Nothing in the records may change. Output them all exactly.

=== TASK INPUTS ===

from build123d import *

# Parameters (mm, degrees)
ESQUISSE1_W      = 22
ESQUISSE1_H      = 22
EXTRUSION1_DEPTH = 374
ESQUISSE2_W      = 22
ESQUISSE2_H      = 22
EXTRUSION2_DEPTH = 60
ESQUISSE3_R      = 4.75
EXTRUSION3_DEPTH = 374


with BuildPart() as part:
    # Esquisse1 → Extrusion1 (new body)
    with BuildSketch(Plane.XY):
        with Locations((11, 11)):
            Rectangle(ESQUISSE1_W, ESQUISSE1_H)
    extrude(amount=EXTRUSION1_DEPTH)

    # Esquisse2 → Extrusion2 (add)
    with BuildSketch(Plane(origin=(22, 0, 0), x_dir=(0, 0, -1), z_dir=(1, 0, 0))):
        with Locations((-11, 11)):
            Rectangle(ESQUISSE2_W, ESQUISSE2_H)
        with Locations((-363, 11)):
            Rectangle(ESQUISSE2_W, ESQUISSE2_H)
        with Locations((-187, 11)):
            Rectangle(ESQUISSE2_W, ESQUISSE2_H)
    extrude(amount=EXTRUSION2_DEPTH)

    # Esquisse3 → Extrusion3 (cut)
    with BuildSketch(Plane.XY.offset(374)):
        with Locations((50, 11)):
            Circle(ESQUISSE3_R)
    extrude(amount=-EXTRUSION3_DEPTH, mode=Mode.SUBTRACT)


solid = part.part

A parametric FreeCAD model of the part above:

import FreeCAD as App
import Part
import Sketcher

V = App.Vector


def add_polygon(sketch, points):
    """Adds a closed chain of lines whose ends are joined by coincident constraints."""
    first, n = sketch.GeometryCount, len(points)
    for a, b in zip(points, points[1:] + points[:1]):
        sketch.addGeometry(Part.LineSegment(App.Vector(*a, 0), App.Vector(*b, 0)), False)
    for i in range(n):
        sketch.addConstraint(Sketcher.Constraint("Coincident", first + i, 2, first + (i + 1) % n, 1))

doc = App.newDocument("Part")
body = doc.addObject("PartDesign::Body", "Body")

sketch1 = body.newObject("Sketcher::SketchObject", "Sketch")
sketch1.AttachmentSupport = (doc.getObject("XY_Plane"), [""])
sketch1.MapMode = "FlatFace"
add_polygon(sketch1, [(0, 22), (0, 0), (22, 0), (22, 22)])
sketch1.addConstraint([
    Sketcher.Constraint("Vertical", 0),
    Sketcher.Constraint("Horizontal", 1),
    Sketcher.Constraint("Vertical", 2),
    Sketcher.Constraint("Horizontal", 3),
    Sketcher.Constraint("Coincident", 0, 2, -1, 1),
    Sketcher.Constraint("Equal", 3, 0),
    Sketcher.Constraint("DistanceX", 1, 1, 1, 2, 22.0),
])
pad1 = body.newObject("PartDesign::Pad", "Pad")
pad1.Profile = sketch1
pad1.Length = 374

sketch2 = body.newObject("Sketcher::SketchObject", "Sketch001")
sketch2.AttachmentSupport = (doc.getObject("YZ_Plane"), [""])
sketch2.MapMode = "FlatFace"
sketch2.AttachmentOffset = App.Placement(V(0, 0, 22), App.Rotation())
add_polygon(sketch2, [(22, 22), (0, 22), (0, 0), (22, 0)])
add_polygon(sketch2, [(22, 374), (0, 374), (0, 352), (22, 352)])
add_polygon(sketch2, [(22, 198), (0, 198), (0, 176), (22, 176)])
sketch2.addConstraint([
    Sketcher.Constraint("Horizontal", 0),
    Sketcher.Constraint("Vertical", 1),
    Sketcher.Constraint("Horizontal", 2),
    Sketcher.Constraint("Vertical", 3),
    Sketcher.Constraint("Horizontal", 4),
    Sketcher.Constraint("Vertical", 5),
    Sketcher.Constraint("Horizontal", 6),
    Sketcher.Constraint("Vertical", 7),
    Sketcher.Constraint("Horizontal", 8),
    Sketcher.Constraint("Vertical", 9),
    Sketcher.Constraint("Horizontal", 10),
    Sketcher.Constraint("Vertical", 11),
    Sketcher.Constraint("Coincident", 1, 2, -1, 1),
    Sketcher.Constraint("PointOnObject", 4, 2, -2),
    Sketcher.Constraint("PointOnObject", 8, 2, -2),
    Sketcher.Constraint("Vertical", 3, 2, 6, 2),
    Sketcher.Constraint("Vertical", 7, 2, 10, 2),
    Sketcher.Constraint("Equal", 10, 1),
    Sketcher.Constraint("Equal", 3, 5),
    Sketcher.Constraint("Equal", 7, 9),
    Sketcher.Constraint("DistanceX", 0, 2, 0, 1, 22.0),
    Sketcher.Constraint("DistanceY", -1, 1, 4, 2, 374.0),
    Sketcher.Constraint("DistanceY", -1, 1, 8, 2, 198.0),
])
pad2 = body.newObject("PartDesign::Pad", "Pad001")
pad2.Profile = sketch2
pad2.Length = 60

sketch3 = body.newObject("Sketcher::SketchObject", "Sketch002")
sketch3.AttachmentSupport = (doc.getObject("XY_Plane"), [""])
sketch3.MapMode = "FlatFace"
sketch3.AttachmentOffset = App.Placement(V(0, 0, 374), App.Rotation())
sketch3.addGeometry(Part.Circle(V(50, 11, 0), V(0, 0, 1), 4.8), False)
sketch3.addConstraint([
    Sketcher.Constraint("Diameter", 0, 9.5),
    Sketcher.Constraint("DistanceX", -1, 1, 0, 3, 50.0),
    Sketcher.Constraint("DistanceY", -1, 1, 0, 3, 11.0),
])
pocket1 = body.newObject("PartDesign::Pocket", "Pocket")
pocket1.Profile = sketch3
pocket1.Length = 374

doc.recompute()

===

#### [SOLUTION TO THIS EXERCISE]
from build123d import *

# Parameters (mm, degrees)
ESQUISSE1_W      = 22
ESQUISSE1_H      = 22
EXTRUSION1_DEPTH = 374
ESQUISSE2_W      = 22
ESQUISSE2_H      = 22
EXTRUSION2_DEPTH = 60
ESQUISSE3_R      = 4.75
EXTRUSION3_DEPTH = 374


with BuildPart() as part:
    # Esquisse1 → Extrusion1 (new body)
    with BuildSketch(Plane.XY):
        with Locations((11, 11)):
            Rectangle(ESQUISSE1_W, ESQUISSE1_H)
    extrude(amount=EXTRUSION1_DEPTH)

    # Esquisse2 → Extrusion2 (add)
    with BuildSketch(Plane(origin=(22, 0, 0), x_dir=(0, 0, -1), z_dir=(1, 0, 0))):
        with Locations((-11, 11)):
            Rectangle(ESQUISSE2_W, ESQUISSE2_H)
        with Locations((-363, 11)):
            Rectangle(ESQUISSE2_W, ESQUISSE2_H)
        with Locations((-187, 11)):
            Rectangle(ESQUISSE2_W, ESQUISSE2_H)
    extrude(amount=EXTRUSION2_DEPTH)

    # Esquisse3 → Extrusion3 (cut)
    with BuildSketch(Plane.XY.offset(374)):
        with Locations((50, 11)):
            Circle(ESQUISSE3_R)
    extrude(amount=-EXTRUSION3_DEPTH, mode=Mode.SUBTRACT)


solid = part.part

A parametric FreeCAD model of the part above:

import FreeCAD as App
import Part
import Sketcher

V = App.Vector


def add_polygon(sketch, points):
    """Adds a closed chain of lines whose ends are joined by coincident constraints."""
    first, n = sketch.GeometryCount, len(points)
    for a, b in zip(points, points[1:] + points[:1]):
        sketch.addGeometry(Part.LineSegment(App.Vector(*a, 0), App.Vector(*b, 0)), False)
    for i in range(n):
        sketch.addConstraint(Sketcher.Constraint("Coincident", first + i, 2, first + (i + 1) % n, 1))

doc = App.newDocument("Part")
body = doc.addObject("PartDesign::Body", "Body")

sketch1 = body.newObject("Sketcher::SketchObject", "Sketch")
sketch1.AttachmentSupport = (doc.getObject("XY_Plane"), [""])
sketch1.MapMode = "FlatFace"
add_polygon(sketch1, [(0, 22), (0, 0), (22, 0), (22, 22)])
sketch1.addConstraint([
    Sketcher.Constraint("Vertical", 0),
    Sketcher.Constraint("Horizontal", 1),
    Sketcher.Constraint("Vertical", 2),
    Sketcher.Constraint("Horizontal", 3),
    Sketcher.Constraint("Coincident", 0, 2, -1, 1),
    Sketcher.Constraint("Equal", 3, 0),
    Sketcher.Constraint("DistanceX", 1, 1, 1, 2, 22.0),
])
pad1 = body.newObject("PartDesign::Pad", "Pad")
pad1.Profile = sketch1
pad1.Length = 374

sketch2 = body.newObject("Sketcher::SketchObject", "Sketch001")
sketch2.AttachmentSupport = (doc.getObject("YZ_Plane"), [""])
sketch2.MapMode = "FlatFace"
sketch2.AttachmentOffset = App.Placement(V(0, 0, 22), App.Rotation())
add_polygon(sketch2, [(22, 22), (0, 22), (0, 0), (22, 0)])
add_polygon(sketch2, [(22, 374), (0, 374), (0, 352), (22, 352)])
add_polygon(sketch2, [(22, 198), (0, 198), (0, 176), (22, 176)])
sketch2.addConstraint([
    Sketcher.Constraint("Horizontal", 0),
    Sketcher.Constraint("Vertical", 1),
    Sketcher.Constraint("Horizontal", 2),
    Sketcher.Constraint("Vertical", 3),
    Sketcher.Constraint("Horizontal", 4),
    Sketcher.Constraint("Vertical", 5),
    Sketcher.Constraint("Horizontal", 6),
    Sketcher.Constraint("Vertical", 7),
    Sketcher.Constraint("Horizontal", 8),
    Sketcher.Constraint("Vertical", 9),
    Sketcher.Constraint("Horizontal", 10),
    Sketcher.Constraint("Vertical", 11),
    Sketcher.Constraint("Coincident", 1, 2, -1, 1),
    Sketcher.Constraint("PointOnObject", 4, 2, -2),
    Sketcher.Constraint("PointOnObject", 8, 2, -2),
    Sketcher.Constraint("Vertical", 3, 2, 6, 2),
    Sketcher.Constraint("Vertical", 7, 2, 10, 2),
    Sketcher.Constraint("Equal", 10, 1),
    Sketcher.Constraint("Equal", 3, 5),
    Sketcher.Constraint("Equal", 7, 9),
    Sketcher.Constraint("DistanceX", 0, 2, 0, 1, 22.0),
    Sketcher.Constraint("DistanceY", -1, 1, 4, 2, 374.0),
    Sketcher.Constraint("DistanceY", -1, 1, 8, 2, 198.0),
])
pad2 = body.newObject("PartDesign::Pad", "Pad001")
pad2.Profile = sketch2
pad2.Length = 60

sketch3 = body.newObject("Sketcher::SketchObject", "Sketch002")
sketch3.AttachmentSupport = (doc.getObject("XY_Plane"), [""])
sketch3.MapMode = "FlatFace"
sketch3.AttachmentOffset = App.Placement(V(0, 0, 374), App.Rotation())
sketch3.addGeometry(Part.Circle(V(50, 11, 0), V(0, 0, 1), 4.8), False)
sketch3.addConstraint([
    Sketcher.Constraint("Diameter", 0, 9.5),
    Sketcher.Constraint("DistanceX", -1, 1, 0, 3, 50.0),
    Sketcher.Constraint("DistanceY", -1, 1, 0, 3, 11.0),
])
pocket1 = body.newObject("PartDesign::Pocket", "Pocket")
pocket1.Profile = sketch3
pocket1.Length = 374

doc.recompute()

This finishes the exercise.